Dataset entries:
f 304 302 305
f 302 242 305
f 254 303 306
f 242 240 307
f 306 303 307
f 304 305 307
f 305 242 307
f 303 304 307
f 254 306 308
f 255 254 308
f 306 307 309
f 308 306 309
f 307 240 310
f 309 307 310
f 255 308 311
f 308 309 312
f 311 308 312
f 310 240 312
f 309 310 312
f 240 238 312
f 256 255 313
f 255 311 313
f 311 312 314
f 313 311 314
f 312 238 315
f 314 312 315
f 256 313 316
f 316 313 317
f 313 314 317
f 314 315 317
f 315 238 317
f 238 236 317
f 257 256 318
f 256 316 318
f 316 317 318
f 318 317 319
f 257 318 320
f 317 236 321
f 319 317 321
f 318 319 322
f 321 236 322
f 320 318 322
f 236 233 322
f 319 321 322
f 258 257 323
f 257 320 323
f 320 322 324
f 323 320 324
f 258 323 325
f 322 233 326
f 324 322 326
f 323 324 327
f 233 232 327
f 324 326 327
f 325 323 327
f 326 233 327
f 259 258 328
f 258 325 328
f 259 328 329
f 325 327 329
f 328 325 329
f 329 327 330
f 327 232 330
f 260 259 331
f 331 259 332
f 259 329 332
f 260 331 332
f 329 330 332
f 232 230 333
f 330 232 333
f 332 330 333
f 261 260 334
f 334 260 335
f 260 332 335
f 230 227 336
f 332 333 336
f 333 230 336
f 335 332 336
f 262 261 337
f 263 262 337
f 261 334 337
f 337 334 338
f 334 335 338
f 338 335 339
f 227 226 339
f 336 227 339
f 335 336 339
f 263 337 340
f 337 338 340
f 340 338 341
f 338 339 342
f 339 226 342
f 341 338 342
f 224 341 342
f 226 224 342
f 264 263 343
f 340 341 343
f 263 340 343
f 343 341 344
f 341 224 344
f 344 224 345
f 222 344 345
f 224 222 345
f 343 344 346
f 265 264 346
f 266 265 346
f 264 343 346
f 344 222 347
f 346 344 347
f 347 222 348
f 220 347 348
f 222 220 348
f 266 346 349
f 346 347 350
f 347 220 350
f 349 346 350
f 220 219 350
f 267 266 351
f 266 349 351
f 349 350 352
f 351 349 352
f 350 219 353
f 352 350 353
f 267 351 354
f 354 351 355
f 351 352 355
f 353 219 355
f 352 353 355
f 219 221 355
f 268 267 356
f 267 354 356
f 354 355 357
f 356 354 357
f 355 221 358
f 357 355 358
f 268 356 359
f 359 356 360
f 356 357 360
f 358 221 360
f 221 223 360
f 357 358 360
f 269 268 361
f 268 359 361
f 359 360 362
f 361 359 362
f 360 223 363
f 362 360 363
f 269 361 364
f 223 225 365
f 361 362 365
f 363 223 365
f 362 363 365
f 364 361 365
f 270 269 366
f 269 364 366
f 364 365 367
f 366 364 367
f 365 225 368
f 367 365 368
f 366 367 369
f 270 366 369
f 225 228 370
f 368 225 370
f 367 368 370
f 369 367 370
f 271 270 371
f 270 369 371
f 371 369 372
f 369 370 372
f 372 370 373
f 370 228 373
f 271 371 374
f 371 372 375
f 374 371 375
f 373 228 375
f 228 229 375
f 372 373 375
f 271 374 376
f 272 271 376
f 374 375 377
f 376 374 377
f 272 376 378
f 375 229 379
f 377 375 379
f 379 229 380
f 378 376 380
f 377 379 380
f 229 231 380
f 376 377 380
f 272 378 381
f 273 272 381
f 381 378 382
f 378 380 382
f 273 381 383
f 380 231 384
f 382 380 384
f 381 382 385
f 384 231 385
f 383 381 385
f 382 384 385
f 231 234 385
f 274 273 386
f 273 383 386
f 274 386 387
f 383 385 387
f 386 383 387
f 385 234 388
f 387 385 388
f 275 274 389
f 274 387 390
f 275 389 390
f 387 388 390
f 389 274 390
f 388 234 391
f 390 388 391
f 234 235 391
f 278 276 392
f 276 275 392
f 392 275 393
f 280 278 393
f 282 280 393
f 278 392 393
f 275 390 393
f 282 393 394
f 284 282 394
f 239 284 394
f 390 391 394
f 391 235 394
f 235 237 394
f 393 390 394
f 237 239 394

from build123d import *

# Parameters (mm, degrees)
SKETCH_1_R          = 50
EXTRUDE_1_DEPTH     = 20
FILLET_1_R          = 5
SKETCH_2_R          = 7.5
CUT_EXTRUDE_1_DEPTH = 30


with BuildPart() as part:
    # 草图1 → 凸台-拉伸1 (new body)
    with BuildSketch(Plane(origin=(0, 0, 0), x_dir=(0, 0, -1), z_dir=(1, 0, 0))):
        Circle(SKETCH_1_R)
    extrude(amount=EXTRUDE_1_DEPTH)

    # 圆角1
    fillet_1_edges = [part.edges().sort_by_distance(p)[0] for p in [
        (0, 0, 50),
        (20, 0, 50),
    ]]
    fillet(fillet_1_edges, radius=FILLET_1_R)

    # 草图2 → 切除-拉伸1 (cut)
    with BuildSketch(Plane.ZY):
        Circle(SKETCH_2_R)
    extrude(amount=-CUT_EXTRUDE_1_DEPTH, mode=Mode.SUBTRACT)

...

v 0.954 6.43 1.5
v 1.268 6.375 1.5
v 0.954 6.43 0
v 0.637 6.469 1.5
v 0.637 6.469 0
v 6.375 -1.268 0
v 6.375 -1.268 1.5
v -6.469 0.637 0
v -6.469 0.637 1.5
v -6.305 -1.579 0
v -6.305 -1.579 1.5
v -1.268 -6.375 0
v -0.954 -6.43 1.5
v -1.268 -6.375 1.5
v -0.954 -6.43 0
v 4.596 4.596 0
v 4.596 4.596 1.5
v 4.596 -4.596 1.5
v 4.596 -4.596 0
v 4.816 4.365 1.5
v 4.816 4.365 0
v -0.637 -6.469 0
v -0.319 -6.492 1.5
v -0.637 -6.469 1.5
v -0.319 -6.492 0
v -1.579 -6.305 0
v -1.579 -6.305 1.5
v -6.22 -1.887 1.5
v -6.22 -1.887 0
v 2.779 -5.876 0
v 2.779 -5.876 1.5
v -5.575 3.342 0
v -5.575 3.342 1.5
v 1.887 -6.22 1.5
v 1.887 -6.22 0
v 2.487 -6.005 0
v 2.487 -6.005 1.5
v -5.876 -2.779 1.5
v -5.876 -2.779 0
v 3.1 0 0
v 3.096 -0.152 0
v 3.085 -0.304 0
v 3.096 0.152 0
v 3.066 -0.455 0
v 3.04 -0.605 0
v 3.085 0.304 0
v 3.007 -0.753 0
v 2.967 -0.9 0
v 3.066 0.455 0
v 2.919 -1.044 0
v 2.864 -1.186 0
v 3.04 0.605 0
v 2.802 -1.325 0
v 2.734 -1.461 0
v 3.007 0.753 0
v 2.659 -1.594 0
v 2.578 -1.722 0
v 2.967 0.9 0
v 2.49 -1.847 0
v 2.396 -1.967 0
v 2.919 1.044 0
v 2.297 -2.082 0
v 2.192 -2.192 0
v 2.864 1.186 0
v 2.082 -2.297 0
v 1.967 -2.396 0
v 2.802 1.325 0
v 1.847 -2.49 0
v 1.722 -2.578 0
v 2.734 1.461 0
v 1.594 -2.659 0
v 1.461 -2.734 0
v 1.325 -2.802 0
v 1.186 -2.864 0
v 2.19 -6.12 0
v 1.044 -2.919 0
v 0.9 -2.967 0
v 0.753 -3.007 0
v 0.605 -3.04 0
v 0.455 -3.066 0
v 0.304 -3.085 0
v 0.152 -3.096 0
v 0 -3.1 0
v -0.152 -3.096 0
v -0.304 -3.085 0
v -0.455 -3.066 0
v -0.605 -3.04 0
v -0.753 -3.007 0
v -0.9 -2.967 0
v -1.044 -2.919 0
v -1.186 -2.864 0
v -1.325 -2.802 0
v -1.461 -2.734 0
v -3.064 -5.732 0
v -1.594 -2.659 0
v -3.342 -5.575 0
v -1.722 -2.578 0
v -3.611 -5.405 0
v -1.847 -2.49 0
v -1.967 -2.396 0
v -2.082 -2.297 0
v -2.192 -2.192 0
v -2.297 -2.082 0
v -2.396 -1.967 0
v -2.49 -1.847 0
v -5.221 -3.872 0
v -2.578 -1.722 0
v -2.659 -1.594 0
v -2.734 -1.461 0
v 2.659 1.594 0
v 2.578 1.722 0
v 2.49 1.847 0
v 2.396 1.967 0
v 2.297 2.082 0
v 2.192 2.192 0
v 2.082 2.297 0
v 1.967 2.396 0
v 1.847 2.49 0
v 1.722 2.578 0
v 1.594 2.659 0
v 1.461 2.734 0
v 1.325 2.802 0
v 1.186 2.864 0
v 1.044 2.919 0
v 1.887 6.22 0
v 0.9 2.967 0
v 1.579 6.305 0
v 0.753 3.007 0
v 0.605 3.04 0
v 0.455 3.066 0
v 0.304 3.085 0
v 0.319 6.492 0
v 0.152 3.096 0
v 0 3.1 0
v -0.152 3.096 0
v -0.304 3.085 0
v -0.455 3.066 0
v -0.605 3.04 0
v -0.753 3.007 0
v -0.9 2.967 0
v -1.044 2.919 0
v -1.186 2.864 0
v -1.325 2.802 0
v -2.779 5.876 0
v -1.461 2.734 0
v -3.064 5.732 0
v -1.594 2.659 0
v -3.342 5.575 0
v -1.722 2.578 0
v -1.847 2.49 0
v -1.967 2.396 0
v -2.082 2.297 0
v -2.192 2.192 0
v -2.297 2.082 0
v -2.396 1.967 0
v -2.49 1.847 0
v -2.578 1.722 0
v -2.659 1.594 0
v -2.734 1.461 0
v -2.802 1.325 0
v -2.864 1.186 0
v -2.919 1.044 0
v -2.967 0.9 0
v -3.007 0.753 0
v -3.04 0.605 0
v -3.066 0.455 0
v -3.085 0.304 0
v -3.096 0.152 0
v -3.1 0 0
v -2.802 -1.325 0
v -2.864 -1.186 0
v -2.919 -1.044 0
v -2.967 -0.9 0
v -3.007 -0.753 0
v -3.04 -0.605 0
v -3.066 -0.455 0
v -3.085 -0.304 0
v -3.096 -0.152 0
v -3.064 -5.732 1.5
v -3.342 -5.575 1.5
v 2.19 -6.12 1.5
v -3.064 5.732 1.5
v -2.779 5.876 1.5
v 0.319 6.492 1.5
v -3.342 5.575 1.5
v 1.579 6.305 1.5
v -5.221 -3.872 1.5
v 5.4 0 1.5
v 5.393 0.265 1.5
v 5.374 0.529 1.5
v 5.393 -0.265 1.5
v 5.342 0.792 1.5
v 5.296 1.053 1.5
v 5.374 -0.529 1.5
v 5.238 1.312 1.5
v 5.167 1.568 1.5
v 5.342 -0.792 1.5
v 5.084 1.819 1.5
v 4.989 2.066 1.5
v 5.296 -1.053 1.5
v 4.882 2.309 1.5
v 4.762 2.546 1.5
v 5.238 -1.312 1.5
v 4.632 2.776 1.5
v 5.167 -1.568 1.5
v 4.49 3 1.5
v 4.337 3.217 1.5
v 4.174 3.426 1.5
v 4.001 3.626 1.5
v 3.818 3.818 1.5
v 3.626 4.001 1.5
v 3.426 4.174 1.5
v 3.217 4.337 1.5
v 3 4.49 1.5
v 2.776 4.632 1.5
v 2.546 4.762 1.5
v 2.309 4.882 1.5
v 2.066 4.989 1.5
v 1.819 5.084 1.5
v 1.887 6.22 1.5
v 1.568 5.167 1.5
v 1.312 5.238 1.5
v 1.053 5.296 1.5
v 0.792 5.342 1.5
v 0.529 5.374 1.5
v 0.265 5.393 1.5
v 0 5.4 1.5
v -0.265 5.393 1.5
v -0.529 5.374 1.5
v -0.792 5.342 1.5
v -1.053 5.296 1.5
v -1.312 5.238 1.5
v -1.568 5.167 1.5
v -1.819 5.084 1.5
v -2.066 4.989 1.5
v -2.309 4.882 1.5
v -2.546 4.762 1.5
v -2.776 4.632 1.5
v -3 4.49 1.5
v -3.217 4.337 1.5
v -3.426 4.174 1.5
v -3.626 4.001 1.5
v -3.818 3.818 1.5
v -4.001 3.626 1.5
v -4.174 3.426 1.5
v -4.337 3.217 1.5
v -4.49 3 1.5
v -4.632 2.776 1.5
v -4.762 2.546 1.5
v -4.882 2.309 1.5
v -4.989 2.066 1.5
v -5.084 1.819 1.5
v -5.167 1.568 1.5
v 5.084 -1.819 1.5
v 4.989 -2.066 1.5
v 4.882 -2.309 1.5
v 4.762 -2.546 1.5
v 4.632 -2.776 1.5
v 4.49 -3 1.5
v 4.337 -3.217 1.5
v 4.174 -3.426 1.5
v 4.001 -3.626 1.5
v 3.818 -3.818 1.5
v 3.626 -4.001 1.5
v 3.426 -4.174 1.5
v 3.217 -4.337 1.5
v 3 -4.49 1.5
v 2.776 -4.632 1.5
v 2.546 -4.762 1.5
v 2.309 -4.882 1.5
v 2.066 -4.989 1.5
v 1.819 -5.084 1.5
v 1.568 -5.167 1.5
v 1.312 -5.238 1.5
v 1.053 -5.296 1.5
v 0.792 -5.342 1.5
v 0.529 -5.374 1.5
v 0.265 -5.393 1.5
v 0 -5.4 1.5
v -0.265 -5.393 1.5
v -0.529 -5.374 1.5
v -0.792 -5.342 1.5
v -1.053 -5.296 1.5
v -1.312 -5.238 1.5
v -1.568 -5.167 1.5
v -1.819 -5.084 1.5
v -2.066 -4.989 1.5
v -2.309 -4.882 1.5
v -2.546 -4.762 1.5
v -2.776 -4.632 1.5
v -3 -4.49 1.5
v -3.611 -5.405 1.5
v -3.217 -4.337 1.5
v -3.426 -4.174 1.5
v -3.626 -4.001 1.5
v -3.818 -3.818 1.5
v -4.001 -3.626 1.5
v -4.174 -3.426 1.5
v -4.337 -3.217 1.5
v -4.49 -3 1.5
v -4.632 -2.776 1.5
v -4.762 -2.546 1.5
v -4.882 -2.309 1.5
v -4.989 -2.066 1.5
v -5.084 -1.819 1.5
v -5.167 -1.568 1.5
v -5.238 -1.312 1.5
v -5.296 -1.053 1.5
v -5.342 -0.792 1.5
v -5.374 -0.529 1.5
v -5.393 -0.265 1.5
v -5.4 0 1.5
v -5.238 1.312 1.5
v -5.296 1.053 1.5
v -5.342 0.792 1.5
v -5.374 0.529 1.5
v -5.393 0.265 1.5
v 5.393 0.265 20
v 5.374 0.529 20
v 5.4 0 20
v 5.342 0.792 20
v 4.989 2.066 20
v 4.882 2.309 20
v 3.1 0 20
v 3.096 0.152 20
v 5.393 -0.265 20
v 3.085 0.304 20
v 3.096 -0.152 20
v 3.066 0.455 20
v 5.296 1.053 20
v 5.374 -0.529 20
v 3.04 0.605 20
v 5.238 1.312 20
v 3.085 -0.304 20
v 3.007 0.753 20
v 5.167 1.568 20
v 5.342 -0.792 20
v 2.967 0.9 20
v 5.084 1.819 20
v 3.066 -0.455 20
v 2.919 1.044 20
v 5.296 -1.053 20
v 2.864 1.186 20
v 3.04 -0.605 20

==

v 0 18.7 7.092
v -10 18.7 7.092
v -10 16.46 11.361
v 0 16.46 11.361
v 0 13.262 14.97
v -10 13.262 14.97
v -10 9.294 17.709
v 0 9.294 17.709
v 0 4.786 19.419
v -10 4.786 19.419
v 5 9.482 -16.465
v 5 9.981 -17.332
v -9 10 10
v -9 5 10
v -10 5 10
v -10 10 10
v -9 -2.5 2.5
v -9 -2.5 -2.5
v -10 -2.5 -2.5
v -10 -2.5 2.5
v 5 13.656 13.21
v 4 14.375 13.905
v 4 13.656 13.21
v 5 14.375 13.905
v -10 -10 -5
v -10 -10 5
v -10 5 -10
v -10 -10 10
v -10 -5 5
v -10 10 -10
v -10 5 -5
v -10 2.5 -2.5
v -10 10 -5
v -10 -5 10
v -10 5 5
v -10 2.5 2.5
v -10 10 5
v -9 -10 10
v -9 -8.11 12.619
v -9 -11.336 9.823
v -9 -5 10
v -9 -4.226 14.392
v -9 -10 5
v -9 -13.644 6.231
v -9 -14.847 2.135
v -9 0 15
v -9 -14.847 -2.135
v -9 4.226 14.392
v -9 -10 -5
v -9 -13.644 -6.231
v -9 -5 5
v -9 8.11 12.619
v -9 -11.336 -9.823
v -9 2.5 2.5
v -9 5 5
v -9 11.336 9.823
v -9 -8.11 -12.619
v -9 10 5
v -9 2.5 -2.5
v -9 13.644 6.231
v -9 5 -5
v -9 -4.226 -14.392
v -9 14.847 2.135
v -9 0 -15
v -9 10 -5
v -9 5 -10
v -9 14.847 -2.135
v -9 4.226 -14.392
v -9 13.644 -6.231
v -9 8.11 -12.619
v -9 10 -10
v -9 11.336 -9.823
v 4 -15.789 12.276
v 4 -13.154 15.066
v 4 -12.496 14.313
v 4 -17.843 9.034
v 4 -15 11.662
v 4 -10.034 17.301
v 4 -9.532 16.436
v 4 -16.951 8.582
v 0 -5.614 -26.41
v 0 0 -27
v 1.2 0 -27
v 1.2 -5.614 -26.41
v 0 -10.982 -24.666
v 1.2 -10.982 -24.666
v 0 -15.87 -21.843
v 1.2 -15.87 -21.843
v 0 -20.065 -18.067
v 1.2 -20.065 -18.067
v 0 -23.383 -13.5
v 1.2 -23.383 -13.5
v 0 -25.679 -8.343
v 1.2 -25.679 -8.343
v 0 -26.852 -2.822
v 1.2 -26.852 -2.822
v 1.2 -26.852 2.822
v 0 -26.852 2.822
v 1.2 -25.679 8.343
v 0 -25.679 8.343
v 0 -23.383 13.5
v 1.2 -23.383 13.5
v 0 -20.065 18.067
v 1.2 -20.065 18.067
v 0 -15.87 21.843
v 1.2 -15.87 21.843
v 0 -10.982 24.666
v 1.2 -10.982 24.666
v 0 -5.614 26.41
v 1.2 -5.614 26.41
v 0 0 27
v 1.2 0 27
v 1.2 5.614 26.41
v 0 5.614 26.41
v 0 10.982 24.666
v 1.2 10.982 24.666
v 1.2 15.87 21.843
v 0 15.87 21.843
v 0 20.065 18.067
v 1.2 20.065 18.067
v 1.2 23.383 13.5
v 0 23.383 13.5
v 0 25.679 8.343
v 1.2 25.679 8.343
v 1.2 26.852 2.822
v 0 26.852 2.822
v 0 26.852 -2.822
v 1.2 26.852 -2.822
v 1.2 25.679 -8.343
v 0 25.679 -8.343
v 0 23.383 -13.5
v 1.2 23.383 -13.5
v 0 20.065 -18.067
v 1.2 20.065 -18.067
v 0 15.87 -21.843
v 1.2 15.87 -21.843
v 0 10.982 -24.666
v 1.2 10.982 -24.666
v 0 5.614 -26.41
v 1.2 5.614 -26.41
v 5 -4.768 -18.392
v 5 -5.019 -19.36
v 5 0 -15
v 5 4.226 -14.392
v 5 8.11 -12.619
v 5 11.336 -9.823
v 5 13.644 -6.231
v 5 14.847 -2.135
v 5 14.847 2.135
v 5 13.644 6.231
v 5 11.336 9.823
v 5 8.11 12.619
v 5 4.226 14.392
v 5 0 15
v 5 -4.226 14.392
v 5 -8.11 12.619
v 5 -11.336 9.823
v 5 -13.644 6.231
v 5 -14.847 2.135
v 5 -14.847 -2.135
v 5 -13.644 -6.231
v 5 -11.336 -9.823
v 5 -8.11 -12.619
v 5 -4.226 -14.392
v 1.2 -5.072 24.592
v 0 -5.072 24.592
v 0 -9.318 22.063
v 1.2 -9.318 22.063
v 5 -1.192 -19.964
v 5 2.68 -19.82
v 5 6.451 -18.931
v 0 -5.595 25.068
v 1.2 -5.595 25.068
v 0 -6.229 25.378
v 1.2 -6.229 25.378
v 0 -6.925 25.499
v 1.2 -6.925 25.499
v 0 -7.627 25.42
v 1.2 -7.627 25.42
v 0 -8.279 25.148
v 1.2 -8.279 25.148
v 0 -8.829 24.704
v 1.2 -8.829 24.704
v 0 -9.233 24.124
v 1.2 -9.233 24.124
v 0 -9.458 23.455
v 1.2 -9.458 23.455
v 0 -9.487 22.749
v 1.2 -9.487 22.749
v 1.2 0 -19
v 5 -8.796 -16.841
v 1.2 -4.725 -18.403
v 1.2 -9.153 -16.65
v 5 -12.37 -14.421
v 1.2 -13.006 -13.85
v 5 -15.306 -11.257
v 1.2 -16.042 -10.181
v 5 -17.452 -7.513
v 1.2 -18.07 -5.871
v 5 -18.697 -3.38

TASK DIRECTIONS: Would you please copy exactly the part of the entries above that begins at the line containing "v -5.876 -2.779 0" and ends at the line containing "v 2.192 -2.192 0", both lines included?

SOLVED PROBLEM:
v -5.876 -2.779 0
v 3.1 0 0
v 3.096 -0.152 0
v 3.085 -0.304 0
v 3.096 0.152 0
v 3.066 -0.455 0
v 3.04 -0.605 0
v 3.085 0.304 0
v 3.007 -0.753 0
v 2.967 -0.9 0
v 3.066 0.455 0
v 2.919 -1.044 0
v 2.864 -1.186 0
v 3.04 0.605 0
v 2.802 -1.325 0
v 2.734 -1.461 0
v 3.007 0.753 0
v 2.659 -1.594 0
v 2.578 -1.722 0
v 2.967 0.9 0
v 2.49 -1.847 0
v 2.396 -1.967 0
v 2.919 1.044 0
v 2.297 -2.082 0
v 2.192 -2.192 0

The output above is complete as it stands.